# Pregnant on Cerazette?



## amylou242

Hello I have been on Cerazette for about 4 years and over time my periods became very irregular and light. My husband and I have never used condoms when having intercourse whilst I have been on the pill. We are not trying and wanted to wait as we are both quite young (I am 23 and he is 26) but would both me happy if we are pregnant as would be our first and we will be married 4 years in October this year. :thumbup:

The past couple of days I have felt very tired, felt sick in the afternoon at the same time and have been very hungry. I've also noticed that I've been going to the toilet alot more often and have been very emotional and bloated. I have had some of the symptoms of pregnancy with the pill (which is normal) but never like this. Last week I bled but very lightly (lighter than my normal periods). 
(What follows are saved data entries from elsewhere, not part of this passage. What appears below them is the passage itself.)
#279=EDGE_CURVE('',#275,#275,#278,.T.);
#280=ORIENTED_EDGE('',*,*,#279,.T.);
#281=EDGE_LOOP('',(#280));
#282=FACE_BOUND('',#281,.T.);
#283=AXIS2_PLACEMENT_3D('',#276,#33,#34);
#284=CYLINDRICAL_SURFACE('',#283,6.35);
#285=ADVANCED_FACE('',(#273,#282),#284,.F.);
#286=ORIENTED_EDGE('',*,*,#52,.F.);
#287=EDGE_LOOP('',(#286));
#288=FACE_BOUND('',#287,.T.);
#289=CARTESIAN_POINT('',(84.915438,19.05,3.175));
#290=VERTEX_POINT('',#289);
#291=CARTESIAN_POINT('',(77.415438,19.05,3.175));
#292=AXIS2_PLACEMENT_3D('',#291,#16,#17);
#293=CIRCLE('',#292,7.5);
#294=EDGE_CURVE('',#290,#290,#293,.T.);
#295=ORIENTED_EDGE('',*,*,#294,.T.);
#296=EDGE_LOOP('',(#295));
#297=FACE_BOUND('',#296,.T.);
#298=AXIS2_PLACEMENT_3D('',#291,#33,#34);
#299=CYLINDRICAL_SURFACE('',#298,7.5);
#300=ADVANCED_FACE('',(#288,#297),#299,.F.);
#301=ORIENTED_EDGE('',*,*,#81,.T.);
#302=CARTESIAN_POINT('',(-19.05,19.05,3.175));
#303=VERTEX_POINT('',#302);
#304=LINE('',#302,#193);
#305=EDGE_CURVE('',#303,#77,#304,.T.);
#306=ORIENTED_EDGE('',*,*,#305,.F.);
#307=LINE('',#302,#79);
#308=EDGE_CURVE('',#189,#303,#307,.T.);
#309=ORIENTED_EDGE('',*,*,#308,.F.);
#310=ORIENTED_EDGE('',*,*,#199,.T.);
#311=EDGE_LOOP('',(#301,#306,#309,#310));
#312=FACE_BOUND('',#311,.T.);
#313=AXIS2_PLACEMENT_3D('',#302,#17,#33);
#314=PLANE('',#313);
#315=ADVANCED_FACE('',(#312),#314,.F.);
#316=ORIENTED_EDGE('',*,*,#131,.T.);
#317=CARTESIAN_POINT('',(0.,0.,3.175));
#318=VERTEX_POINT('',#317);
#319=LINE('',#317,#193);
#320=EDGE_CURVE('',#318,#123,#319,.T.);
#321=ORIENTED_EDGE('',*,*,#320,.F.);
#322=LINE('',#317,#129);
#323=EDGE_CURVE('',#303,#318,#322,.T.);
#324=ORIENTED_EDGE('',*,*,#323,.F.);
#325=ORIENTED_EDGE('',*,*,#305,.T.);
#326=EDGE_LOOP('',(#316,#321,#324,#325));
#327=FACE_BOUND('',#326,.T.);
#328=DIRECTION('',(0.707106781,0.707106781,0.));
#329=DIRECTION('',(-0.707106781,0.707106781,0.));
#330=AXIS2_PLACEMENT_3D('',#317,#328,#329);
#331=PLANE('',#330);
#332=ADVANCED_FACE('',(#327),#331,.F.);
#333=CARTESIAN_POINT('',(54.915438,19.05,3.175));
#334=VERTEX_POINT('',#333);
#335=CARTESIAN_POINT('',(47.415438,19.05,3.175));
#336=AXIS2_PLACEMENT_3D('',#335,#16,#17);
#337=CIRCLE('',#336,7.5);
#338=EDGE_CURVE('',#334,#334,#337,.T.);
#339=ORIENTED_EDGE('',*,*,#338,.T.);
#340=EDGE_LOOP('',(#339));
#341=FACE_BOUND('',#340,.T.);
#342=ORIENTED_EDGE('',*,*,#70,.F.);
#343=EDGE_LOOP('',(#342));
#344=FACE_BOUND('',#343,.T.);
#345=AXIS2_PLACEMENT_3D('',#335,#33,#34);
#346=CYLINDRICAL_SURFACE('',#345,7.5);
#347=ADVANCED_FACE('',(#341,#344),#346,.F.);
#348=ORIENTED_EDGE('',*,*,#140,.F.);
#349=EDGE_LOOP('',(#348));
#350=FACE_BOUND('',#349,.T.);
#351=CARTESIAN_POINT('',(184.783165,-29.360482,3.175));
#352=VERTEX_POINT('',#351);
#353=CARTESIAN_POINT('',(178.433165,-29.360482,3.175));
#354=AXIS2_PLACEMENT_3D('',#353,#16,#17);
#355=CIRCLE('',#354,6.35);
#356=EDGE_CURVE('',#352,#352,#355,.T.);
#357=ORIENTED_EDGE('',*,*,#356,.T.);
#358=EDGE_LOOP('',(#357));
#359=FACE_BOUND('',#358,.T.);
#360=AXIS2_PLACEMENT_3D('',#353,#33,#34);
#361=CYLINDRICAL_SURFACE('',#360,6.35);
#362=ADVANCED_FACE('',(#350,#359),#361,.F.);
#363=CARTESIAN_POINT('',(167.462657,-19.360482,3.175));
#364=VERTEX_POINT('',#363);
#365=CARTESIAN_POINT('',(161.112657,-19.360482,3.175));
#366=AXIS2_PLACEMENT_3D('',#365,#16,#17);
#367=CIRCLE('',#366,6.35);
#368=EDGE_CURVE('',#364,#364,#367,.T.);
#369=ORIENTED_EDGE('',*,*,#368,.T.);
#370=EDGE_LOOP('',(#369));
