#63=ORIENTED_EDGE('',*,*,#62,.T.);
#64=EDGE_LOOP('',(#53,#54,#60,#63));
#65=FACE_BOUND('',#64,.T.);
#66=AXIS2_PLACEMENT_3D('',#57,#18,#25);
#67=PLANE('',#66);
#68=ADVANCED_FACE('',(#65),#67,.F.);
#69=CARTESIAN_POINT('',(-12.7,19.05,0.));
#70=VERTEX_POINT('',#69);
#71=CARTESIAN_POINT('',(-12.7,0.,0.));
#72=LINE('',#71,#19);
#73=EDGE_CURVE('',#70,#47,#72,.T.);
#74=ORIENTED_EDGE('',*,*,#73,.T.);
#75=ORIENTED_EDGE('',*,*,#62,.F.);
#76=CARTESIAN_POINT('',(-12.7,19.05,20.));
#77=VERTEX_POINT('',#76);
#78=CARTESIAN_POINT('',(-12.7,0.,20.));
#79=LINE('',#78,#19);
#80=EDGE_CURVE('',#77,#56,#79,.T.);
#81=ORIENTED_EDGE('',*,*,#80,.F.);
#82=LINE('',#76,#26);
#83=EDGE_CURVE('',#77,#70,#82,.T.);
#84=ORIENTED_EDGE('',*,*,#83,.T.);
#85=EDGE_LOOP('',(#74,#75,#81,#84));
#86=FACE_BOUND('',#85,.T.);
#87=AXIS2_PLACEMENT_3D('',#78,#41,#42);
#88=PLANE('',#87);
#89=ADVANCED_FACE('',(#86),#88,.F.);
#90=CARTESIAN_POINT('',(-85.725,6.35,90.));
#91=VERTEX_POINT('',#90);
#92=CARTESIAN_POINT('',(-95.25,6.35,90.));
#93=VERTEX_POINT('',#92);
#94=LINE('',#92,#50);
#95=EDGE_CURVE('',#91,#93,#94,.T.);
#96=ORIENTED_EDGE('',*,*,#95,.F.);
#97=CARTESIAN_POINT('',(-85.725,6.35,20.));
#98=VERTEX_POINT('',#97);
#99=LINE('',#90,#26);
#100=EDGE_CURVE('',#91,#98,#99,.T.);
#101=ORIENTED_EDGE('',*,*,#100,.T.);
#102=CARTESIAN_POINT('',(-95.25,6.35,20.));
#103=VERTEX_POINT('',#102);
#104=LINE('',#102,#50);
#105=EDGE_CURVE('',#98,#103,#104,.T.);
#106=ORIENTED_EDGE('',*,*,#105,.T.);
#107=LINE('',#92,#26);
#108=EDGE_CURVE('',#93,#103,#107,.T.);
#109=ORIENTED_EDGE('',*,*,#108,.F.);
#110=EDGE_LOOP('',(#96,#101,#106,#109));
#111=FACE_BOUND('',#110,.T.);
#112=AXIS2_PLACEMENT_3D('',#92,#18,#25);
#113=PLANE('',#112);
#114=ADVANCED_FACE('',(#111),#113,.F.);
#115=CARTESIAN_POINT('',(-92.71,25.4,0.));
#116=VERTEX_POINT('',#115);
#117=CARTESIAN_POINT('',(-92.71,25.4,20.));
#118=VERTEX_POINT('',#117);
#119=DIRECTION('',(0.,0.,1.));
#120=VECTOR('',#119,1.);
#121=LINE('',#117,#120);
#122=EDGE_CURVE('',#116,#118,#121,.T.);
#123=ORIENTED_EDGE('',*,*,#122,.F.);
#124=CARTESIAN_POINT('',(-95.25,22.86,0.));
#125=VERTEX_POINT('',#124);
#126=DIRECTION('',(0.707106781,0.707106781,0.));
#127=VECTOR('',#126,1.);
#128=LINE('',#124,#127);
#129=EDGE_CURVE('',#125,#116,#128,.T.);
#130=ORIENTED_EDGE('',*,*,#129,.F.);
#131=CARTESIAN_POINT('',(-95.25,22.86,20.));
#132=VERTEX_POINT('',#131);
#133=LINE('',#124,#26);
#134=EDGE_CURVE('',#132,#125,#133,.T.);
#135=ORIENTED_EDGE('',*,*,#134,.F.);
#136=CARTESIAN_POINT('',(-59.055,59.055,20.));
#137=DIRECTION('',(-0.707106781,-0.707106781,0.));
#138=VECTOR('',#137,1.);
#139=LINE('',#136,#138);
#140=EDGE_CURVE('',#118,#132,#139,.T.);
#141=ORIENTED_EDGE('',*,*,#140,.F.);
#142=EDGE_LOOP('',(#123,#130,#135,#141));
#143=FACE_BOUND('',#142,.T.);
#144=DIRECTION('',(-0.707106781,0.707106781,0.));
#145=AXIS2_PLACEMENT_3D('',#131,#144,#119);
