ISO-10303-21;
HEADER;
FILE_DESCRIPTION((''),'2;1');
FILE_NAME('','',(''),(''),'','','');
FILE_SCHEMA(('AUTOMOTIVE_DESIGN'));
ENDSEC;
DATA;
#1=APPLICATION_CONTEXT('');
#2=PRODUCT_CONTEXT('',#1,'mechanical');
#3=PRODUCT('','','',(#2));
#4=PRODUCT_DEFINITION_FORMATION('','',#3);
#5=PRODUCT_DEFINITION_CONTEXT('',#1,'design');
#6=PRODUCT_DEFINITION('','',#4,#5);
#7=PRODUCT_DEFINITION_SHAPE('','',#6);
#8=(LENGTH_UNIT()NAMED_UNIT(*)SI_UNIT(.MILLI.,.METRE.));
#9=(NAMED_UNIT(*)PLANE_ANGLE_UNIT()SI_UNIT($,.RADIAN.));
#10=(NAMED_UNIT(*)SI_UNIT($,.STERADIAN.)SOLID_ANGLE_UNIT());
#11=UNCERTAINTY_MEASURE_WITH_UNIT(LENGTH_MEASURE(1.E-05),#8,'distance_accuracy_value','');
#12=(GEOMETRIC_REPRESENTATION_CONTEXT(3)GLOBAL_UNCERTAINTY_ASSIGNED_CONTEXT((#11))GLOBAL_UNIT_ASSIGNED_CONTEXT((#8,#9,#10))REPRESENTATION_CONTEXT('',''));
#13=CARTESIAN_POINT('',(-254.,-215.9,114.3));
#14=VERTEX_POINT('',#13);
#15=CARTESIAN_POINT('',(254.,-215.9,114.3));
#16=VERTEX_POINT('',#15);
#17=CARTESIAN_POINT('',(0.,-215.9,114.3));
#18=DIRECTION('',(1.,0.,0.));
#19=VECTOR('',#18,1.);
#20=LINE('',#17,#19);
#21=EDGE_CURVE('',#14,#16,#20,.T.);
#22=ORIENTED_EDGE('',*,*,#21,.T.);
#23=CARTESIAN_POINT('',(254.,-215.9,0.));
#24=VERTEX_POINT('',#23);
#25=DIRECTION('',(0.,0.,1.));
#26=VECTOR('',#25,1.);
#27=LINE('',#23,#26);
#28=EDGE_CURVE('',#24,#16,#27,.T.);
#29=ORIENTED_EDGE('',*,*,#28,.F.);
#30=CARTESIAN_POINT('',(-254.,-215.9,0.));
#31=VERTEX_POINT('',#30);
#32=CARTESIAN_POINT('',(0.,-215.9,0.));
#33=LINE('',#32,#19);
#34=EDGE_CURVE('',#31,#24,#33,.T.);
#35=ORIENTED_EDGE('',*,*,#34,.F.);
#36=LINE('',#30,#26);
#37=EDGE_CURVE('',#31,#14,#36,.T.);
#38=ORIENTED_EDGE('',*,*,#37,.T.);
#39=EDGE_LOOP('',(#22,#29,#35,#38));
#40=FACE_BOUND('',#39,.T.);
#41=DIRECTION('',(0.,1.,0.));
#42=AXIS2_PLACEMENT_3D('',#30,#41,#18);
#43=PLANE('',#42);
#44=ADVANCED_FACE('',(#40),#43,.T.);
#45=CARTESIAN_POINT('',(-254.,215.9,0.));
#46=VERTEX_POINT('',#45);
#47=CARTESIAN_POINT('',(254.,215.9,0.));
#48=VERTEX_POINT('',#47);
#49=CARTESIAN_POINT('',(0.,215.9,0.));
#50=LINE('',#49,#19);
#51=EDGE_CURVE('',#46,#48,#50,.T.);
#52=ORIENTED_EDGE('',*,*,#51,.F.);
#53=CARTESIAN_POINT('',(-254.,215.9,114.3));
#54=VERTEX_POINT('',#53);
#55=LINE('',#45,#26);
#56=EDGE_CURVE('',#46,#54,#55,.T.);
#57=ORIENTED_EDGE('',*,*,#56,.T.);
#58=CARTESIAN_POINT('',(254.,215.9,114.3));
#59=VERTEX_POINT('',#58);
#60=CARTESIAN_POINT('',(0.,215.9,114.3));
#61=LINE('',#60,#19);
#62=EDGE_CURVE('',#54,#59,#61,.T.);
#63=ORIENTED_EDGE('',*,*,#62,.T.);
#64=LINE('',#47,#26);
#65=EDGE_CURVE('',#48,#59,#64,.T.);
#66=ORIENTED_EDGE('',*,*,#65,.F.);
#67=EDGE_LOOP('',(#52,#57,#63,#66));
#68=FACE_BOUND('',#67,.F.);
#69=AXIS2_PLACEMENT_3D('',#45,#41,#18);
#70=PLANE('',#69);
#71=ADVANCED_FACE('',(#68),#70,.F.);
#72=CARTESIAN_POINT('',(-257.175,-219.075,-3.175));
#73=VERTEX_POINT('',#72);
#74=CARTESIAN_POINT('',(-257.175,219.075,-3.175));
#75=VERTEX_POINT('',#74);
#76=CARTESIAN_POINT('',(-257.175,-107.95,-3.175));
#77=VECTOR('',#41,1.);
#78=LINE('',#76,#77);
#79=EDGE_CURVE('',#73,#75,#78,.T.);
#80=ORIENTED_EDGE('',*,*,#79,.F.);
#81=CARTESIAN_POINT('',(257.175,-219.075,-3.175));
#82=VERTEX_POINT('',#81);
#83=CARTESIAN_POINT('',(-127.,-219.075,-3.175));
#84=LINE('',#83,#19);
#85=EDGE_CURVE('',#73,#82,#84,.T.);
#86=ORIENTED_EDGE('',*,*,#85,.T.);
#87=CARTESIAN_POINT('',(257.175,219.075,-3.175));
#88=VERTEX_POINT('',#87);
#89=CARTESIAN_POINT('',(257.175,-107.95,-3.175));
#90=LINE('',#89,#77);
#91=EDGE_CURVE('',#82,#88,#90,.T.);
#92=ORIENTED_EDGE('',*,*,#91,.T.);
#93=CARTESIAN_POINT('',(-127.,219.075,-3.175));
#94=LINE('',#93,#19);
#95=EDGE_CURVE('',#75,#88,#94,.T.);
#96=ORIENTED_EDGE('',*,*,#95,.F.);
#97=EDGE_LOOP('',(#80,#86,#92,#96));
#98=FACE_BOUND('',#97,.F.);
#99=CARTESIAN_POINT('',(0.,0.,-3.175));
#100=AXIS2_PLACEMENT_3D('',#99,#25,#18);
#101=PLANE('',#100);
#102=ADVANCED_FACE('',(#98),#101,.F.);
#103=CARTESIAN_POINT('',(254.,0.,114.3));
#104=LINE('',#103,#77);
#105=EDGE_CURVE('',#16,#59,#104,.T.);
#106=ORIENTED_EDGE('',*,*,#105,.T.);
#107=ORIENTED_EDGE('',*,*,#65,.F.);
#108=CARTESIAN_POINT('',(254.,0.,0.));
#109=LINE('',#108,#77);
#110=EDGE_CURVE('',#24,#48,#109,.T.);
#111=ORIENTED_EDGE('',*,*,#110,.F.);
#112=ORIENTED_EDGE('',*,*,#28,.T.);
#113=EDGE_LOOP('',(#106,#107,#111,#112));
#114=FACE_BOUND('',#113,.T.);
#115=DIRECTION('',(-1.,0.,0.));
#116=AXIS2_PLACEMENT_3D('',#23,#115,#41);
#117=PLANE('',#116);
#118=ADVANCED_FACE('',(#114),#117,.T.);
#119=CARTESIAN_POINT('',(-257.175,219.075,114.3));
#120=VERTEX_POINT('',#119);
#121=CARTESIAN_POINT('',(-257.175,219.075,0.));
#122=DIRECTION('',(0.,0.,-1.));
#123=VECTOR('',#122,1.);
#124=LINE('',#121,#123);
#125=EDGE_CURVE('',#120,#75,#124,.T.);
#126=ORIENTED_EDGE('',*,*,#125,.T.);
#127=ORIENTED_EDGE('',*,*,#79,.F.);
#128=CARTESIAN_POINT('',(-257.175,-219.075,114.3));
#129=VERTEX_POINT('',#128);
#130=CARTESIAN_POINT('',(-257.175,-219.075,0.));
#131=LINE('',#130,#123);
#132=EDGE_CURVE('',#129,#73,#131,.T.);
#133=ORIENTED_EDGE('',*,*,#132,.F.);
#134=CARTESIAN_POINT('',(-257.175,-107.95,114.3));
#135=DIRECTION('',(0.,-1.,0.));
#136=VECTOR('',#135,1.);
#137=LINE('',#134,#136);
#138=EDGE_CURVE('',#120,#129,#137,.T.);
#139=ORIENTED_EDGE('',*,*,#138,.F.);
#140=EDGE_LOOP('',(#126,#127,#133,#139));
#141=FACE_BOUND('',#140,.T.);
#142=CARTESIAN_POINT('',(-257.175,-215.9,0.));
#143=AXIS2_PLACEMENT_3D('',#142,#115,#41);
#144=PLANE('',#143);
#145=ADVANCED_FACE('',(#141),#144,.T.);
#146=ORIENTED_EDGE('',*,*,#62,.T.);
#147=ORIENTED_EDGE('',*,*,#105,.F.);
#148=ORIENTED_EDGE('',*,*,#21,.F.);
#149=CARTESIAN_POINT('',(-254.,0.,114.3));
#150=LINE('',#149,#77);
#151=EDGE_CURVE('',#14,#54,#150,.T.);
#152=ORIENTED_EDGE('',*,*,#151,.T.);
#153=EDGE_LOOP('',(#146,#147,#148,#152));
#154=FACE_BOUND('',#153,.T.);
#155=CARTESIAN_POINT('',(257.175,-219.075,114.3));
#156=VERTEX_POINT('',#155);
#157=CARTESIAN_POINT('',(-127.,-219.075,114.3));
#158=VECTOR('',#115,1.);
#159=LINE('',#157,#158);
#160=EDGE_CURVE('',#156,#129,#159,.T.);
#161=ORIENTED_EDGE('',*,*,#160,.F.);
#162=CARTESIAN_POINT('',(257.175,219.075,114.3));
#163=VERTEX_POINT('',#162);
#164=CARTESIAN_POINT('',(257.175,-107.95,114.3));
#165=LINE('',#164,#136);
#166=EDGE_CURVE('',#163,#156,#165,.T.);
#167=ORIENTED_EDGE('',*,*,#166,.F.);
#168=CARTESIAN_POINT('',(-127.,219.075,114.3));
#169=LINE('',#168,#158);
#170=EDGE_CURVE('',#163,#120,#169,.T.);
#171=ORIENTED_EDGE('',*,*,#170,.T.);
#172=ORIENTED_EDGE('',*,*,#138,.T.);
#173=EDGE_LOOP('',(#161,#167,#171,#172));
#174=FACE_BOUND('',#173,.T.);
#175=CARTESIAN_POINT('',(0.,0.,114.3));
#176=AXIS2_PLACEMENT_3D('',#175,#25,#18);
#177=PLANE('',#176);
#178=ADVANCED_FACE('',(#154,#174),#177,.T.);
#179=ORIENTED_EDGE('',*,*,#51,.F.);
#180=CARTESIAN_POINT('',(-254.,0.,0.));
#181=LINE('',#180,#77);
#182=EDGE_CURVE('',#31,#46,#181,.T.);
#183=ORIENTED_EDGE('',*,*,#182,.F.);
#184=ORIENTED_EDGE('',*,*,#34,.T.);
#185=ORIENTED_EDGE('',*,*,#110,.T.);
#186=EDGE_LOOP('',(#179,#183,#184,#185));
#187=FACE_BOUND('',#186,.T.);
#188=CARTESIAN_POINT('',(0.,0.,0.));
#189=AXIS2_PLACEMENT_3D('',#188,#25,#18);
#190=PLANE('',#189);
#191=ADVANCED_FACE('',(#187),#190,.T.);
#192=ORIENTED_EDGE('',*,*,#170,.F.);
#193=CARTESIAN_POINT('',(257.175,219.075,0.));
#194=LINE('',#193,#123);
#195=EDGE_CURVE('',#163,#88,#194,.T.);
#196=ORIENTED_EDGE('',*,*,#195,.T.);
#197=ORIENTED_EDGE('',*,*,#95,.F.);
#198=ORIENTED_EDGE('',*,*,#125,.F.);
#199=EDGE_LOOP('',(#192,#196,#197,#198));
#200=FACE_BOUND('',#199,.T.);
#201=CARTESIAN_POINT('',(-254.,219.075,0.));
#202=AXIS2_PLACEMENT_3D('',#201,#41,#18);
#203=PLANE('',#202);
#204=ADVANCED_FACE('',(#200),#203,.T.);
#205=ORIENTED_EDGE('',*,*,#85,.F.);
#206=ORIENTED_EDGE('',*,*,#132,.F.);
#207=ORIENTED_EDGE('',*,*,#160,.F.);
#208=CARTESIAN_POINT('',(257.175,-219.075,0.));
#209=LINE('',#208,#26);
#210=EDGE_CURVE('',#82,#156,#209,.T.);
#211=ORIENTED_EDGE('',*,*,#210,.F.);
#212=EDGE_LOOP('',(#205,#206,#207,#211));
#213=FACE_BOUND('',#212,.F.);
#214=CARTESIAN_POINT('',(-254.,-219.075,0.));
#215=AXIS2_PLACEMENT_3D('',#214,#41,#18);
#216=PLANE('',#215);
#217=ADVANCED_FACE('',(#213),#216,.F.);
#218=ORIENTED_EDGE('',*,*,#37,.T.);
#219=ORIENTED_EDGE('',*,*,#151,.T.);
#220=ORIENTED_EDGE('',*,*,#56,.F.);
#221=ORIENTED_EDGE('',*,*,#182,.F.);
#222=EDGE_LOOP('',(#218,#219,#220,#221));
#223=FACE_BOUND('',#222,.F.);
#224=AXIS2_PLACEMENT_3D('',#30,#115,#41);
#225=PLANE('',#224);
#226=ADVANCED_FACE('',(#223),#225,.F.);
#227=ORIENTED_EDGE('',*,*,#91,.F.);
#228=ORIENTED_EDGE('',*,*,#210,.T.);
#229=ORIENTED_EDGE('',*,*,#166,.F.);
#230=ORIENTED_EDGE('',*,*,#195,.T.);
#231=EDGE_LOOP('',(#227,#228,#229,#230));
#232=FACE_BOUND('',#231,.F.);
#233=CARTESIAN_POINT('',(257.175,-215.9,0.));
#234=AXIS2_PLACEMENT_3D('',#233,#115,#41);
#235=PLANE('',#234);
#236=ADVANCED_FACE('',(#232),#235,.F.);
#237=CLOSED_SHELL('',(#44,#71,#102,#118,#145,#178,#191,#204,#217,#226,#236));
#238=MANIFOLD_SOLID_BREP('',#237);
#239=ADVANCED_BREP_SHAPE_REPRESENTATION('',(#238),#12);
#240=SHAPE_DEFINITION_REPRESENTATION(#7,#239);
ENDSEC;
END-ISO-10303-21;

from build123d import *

# Parameters (mm, degrees)
F0_W     = 508
F0_H     = 431.8
F1_DEPTH = 114.3
F2_T     = 3.175


with BuildPart() as f1:
    # F0 (on Top) → F1 (new body)
    with BuildSketch(Plane.XY):
        Rectangle(F0_W, F0_H)
    extrude(amount=F1_DEPTH)

    # F2
    f2_openings = [f1.faces().sort_by_distance(p)[0] for p in [
        (0, 0, 114.3),
    ]]
    offset(amount=F2_T, openings=f2_openings, kind=Kind.INTERSECTION)


solid = f1.part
My life is pretty quiet at the moment and not stressful in any way so I dont think its life style related. As my Husband and I have a active sexual relationship its hard for me to figure out when we had sex (when we may have concieved) but we did about 2 weeks ago.

I did a test a couple of days ago as it was negative, I have now come off the pill just to be on the safe side and might try again in a couple of weeks. Its hard to know when is the best time to take the test as my periods are all over the place so not sure of my cycle. 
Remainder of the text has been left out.